À son avis, de ne pas reconnaître que l’islamophobie existe au Canada est une «gifle» pour les personnes de confession musulmane. Elle craint qu’il y ait des conséquences graves, comme la radicalisation des jeunes, si rien n’est fait pour contrer la ghettoïsation, la stigmatisation et la discrimination de cette communauté.

«En n’appuyant pas une telle motion, c’est comme de dire que le problème n’existe pas, ce qui est très insultant pour nous, et que les gens ont le droit de tenir des discours haineux», décrie-t-elle.

Le Forum musulman canadien était à Ottawa mardi pour appeler les élus à soutenir M-103. (Photo: PC)

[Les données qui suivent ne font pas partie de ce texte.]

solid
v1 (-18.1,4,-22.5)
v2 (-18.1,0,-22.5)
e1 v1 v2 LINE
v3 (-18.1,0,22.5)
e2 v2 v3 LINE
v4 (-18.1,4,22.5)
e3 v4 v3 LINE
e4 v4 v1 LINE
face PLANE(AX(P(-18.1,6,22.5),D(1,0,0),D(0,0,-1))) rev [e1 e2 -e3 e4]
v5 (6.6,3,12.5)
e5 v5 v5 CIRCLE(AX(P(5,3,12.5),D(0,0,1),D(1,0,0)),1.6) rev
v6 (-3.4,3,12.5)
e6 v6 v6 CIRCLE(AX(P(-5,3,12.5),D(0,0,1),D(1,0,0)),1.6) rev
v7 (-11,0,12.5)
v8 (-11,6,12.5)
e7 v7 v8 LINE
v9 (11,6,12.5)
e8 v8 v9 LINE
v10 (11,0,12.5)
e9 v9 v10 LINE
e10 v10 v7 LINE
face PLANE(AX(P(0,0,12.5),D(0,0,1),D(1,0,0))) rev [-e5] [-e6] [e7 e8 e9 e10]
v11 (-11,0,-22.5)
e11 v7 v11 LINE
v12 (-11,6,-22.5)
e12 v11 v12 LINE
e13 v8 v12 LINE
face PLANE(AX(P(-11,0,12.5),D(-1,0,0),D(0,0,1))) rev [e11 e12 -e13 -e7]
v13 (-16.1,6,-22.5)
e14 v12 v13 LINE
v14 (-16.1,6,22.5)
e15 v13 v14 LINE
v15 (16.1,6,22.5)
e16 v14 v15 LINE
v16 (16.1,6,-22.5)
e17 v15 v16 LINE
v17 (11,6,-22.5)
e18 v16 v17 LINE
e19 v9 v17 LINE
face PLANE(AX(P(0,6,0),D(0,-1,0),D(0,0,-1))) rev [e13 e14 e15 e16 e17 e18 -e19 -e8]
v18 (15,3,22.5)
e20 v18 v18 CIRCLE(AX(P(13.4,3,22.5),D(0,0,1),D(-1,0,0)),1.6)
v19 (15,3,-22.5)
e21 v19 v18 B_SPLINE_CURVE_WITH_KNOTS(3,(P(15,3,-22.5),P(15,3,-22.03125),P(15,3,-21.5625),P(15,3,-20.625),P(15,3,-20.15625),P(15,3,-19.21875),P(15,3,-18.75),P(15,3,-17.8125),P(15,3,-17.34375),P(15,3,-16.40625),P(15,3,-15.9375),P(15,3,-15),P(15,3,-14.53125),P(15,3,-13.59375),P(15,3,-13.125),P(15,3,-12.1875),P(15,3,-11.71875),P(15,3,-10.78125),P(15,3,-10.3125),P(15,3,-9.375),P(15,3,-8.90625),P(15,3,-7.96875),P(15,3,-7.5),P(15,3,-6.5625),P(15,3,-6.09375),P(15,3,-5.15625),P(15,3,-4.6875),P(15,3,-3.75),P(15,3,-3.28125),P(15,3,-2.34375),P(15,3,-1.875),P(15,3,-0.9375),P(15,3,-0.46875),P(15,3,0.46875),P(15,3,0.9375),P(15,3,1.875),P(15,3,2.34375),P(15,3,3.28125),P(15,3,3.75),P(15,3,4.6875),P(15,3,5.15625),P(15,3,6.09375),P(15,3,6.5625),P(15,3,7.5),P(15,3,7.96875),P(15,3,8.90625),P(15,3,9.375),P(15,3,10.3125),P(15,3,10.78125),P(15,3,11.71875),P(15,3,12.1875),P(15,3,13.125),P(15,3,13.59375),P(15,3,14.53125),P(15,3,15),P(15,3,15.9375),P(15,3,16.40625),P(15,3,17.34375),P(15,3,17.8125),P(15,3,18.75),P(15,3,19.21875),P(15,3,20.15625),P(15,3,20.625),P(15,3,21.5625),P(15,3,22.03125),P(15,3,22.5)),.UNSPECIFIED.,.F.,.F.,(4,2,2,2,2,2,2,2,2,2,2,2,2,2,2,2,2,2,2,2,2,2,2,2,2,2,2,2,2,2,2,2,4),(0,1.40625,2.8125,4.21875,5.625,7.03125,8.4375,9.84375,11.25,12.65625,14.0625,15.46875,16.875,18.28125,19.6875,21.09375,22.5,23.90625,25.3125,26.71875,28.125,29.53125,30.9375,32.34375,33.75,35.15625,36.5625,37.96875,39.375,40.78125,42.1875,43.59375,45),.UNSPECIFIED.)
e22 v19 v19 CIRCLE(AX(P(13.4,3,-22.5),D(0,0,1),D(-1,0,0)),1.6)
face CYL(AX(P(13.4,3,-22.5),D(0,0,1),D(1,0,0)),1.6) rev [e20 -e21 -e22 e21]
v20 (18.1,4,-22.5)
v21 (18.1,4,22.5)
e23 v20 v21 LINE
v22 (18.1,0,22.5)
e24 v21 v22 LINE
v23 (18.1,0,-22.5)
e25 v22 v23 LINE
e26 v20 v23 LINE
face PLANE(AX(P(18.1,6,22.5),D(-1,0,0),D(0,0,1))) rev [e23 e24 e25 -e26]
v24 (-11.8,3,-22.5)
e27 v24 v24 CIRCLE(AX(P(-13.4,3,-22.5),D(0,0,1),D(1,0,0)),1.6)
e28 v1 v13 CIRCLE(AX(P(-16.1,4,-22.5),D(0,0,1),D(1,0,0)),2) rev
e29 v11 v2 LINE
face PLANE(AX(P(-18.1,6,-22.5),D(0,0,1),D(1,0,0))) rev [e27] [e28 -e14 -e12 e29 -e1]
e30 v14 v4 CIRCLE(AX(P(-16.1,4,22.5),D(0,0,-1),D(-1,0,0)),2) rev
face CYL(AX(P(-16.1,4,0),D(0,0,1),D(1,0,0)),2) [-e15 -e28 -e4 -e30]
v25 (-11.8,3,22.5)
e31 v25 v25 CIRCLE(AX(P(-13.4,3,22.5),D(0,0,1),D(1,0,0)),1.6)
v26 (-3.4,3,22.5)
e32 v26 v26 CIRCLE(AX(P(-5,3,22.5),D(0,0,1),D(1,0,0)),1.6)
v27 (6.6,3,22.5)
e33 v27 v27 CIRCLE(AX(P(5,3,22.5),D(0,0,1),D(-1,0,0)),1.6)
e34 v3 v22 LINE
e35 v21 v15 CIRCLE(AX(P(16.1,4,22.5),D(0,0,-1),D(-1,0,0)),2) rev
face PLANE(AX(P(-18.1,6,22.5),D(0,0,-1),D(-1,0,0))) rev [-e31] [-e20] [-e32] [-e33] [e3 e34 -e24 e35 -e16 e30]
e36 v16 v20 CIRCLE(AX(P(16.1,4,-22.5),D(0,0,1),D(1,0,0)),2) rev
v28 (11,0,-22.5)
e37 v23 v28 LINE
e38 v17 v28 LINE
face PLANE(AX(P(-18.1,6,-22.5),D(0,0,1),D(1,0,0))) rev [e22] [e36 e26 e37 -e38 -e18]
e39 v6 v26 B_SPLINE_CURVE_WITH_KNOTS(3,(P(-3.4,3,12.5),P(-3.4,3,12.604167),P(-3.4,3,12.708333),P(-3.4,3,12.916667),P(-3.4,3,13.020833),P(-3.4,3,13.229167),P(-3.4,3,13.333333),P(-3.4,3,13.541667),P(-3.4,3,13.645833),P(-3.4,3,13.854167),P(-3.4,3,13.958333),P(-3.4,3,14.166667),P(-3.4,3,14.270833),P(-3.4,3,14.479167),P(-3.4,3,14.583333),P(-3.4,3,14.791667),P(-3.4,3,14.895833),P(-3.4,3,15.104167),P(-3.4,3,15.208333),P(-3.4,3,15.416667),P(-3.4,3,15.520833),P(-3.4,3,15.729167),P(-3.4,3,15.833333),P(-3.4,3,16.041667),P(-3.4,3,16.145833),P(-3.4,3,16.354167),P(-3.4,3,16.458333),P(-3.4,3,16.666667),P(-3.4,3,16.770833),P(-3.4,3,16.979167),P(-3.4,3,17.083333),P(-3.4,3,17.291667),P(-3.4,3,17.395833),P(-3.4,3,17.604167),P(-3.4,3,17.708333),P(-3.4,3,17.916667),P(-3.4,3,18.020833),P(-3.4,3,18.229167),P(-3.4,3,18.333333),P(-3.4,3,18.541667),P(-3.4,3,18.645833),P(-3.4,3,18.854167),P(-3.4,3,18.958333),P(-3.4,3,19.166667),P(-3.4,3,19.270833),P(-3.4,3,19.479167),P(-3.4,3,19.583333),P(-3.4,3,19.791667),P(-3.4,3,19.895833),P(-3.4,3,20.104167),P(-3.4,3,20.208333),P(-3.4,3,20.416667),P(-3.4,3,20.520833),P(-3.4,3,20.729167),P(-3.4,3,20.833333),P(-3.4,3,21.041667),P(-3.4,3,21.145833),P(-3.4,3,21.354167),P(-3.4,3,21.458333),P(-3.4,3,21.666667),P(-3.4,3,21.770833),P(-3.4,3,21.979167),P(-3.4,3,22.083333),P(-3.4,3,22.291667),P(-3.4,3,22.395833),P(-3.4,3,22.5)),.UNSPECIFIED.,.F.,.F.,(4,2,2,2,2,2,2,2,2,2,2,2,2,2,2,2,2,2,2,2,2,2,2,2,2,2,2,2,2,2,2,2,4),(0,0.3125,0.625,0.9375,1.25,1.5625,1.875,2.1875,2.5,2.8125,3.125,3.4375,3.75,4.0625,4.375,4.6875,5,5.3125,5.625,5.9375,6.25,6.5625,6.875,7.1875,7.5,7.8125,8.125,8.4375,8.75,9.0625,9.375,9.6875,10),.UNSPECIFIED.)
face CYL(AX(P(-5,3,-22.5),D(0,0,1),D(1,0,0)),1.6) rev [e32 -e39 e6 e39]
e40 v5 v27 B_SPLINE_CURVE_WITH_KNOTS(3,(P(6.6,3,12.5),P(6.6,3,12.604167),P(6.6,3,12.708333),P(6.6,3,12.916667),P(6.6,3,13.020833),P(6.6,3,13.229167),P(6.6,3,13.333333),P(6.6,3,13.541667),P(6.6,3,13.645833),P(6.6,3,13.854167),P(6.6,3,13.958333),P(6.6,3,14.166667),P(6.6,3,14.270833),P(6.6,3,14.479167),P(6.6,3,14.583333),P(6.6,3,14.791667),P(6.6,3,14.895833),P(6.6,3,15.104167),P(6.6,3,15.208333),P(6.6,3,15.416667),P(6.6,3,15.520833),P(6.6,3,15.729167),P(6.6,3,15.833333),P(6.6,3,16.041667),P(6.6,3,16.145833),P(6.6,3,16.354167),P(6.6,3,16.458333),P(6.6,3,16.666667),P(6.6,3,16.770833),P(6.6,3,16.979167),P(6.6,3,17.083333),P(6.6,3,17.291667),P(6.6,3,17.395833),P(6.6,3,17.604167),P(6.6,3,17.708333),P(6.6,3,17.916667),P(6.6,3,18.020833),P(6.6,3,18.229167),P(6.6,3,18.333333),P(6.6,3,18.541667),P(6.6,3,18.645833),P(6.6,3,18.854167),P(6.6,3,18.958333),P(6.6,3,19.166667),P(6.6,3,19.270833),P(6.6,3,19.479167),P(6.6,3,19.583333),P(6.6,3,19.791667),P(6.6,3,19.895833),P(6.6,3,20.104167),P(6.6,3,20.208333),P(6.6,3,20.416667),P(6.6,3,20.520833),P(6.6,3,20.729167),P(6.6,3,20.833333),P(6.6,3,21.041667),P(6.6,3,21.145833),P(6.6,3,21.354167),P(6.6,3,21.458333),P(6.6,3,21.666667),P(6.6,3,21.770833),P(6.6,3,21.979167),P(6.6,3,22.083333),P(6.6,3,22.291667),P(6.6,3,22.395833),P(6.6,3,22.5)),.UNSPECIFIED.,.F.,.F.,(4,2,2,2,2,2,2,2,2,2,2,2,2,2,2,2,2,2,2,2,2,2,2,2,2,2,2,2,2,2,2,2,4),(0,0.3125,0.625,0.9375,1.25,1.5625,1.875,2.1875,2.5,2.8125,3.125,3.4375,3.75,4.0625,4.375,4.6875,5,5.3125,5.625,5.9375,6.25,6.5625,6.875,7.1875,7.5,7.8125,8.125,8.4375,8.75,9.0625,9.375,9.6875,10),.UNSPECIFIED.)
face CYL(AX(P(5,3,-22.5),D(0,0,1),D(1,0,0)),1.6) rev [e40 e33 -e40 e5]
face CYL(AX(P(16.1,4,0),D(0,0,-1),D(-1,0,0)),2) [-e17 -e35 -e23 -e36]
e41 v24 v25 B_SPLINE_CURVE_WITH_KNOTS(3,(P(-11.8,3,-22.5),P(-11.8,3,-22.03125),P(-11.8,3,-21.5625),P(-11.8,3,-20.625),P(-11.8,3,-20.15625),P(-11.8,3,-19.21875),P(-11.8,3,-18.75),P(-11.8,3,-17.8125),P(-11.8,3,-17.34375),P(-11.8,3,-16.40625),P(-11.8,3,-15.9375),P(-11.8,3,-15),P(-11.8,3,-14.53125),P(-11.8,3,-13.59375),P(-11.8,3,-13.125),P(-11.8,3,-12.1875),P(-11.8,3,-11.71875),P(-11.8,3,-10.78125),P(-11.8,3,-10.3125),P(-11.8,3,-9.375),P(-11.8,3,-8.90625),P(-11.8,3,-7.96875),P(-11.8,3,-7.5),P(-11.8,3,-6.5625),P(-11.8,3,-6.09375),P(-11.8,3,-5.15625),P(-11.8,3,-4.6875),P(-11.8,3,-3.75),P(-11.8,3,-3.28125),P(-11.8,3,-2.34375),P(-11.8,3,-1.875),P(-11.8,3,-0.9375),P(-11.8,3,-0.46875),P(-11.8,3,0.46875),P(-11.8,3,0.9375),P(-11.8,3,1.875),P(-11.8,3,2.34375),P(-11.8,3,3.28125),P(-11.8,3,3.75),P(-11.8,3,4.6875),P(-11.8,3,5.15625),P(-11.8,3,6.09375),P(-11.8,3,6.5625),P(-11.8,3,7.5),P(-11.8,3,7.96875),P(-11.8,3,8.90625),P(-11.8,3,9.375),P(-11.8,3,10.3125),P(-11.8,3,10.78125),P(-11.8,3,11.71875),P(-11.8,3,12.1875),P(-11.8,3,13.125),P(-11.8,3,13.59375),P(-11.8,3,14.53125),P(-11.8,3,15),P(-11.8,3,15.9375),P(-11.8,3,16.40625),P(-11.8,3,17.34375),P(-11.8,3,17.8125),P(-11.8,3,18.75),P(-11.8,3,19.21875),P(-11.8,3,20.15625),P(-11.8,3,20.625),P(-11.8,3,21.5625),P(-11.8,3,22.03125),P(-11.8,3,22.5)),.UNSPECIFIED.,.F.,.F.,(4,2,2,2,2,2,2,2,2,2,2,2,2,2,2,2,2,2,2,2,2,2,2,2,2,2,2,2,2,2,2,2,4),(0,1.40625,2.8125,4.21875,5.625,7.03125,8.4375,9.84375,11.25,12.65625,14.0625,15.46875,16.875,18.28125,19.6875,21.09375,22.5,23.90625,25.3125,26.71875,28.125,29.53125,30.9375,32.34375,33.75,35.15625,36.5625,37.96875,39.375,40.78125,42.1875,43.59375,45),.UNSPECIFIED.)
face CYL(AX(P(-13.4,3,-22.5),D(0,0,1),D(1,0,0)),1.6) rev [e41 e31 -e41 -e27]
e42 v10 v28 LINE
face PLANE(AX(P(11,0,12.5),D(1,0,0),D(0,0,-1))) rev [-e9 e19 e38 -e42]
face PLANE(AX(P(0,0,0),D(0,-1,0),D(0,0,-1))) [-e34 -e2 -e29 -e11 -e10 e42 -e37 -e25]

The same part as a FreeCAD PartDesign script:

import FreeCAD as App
import Part
import Sketcher
from FreeCAD import Vector
Q = App.Units.Quantity


def edges_at(feature, points):
    """Names of the edges that pass closest to the given points."""
    edges = feature.Shape.Edges
    near = lambda p: min(range(len(edges)), key=lambda i: edges[i].distToShape(Part.Vertex(*p))[0])
    return sorted({f"Edge{near(p) + 1}" for p in points})


def add_polygon(sketch, points):
    """Adds a closed chain of lines whose ends are joined by coincident constraints."""
    first, n = sketch.GeometryCount, len(points)
    for a, b in zip(points, points[1:] + points[:1]):
        sketch.addGeometry(Part.LineSegment(App.Vector(*a, 0), App.Vector(*b, 0)), False)
    for i in range(n):
        sketch.addConstraint(Sketcher.Constraint("Coincident", first + i, 2, first + (i + 1) % n, 1))

doc = App.newDocument("Part")
body = doc.addObject("PartDesign::Body", "Body")

# Sketch on XZ plane
sketch1 = body.newObject("Sketcher::SketchObject", "Sketch")
sketch1.AttachmentSupport = (doc.getObject("XZ_Plane"), [""])
sketch1.MapMode = "FlatFace"
add_polygon(sketch1, [(-18, -22), (-18, 22), (18, 22), (18, -22)])  # lines 0-3
sketch1.addConstraint([
    Sketcher.Constraint("Vertical", 0),
    Sketcher.Constraint("Horizontal", 1),
    Sketcher.Constraint("Vertical", 2),
    Sketcher.Constraint("Horizontal", 3),
    Sketcher.Constraint("Symmetric", 0, 2, 2, 2, -1, 1),
    Sketcher.Constraint("DistanceY", 0, 1, 0, 2, Q("45 mm")),
    Sketcher.Constraint("DistanceX", 1, 1, 1, 2, Q("36.2 mm")),
])
pad1 = body.newObject("PartDesign::Pad", "Pad")
pad1.Profile = sketch1
pad1.Length = 6
pad1.Reversed = True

Le vote sur la motion M-103 aura lieu au printemps. Si elle est adoptée, le gouvernement Trudeau demandera que le Comité permanent du patrimoine canadien entreprenne une étude pour établir une approche pour contrer le racisme et la discrimination religieuse systémiques, dont l’islamophobie.

Jusqu’à présent, une majorité de conservateurs et le Bloc québécois refusent d’appuyer cette motion.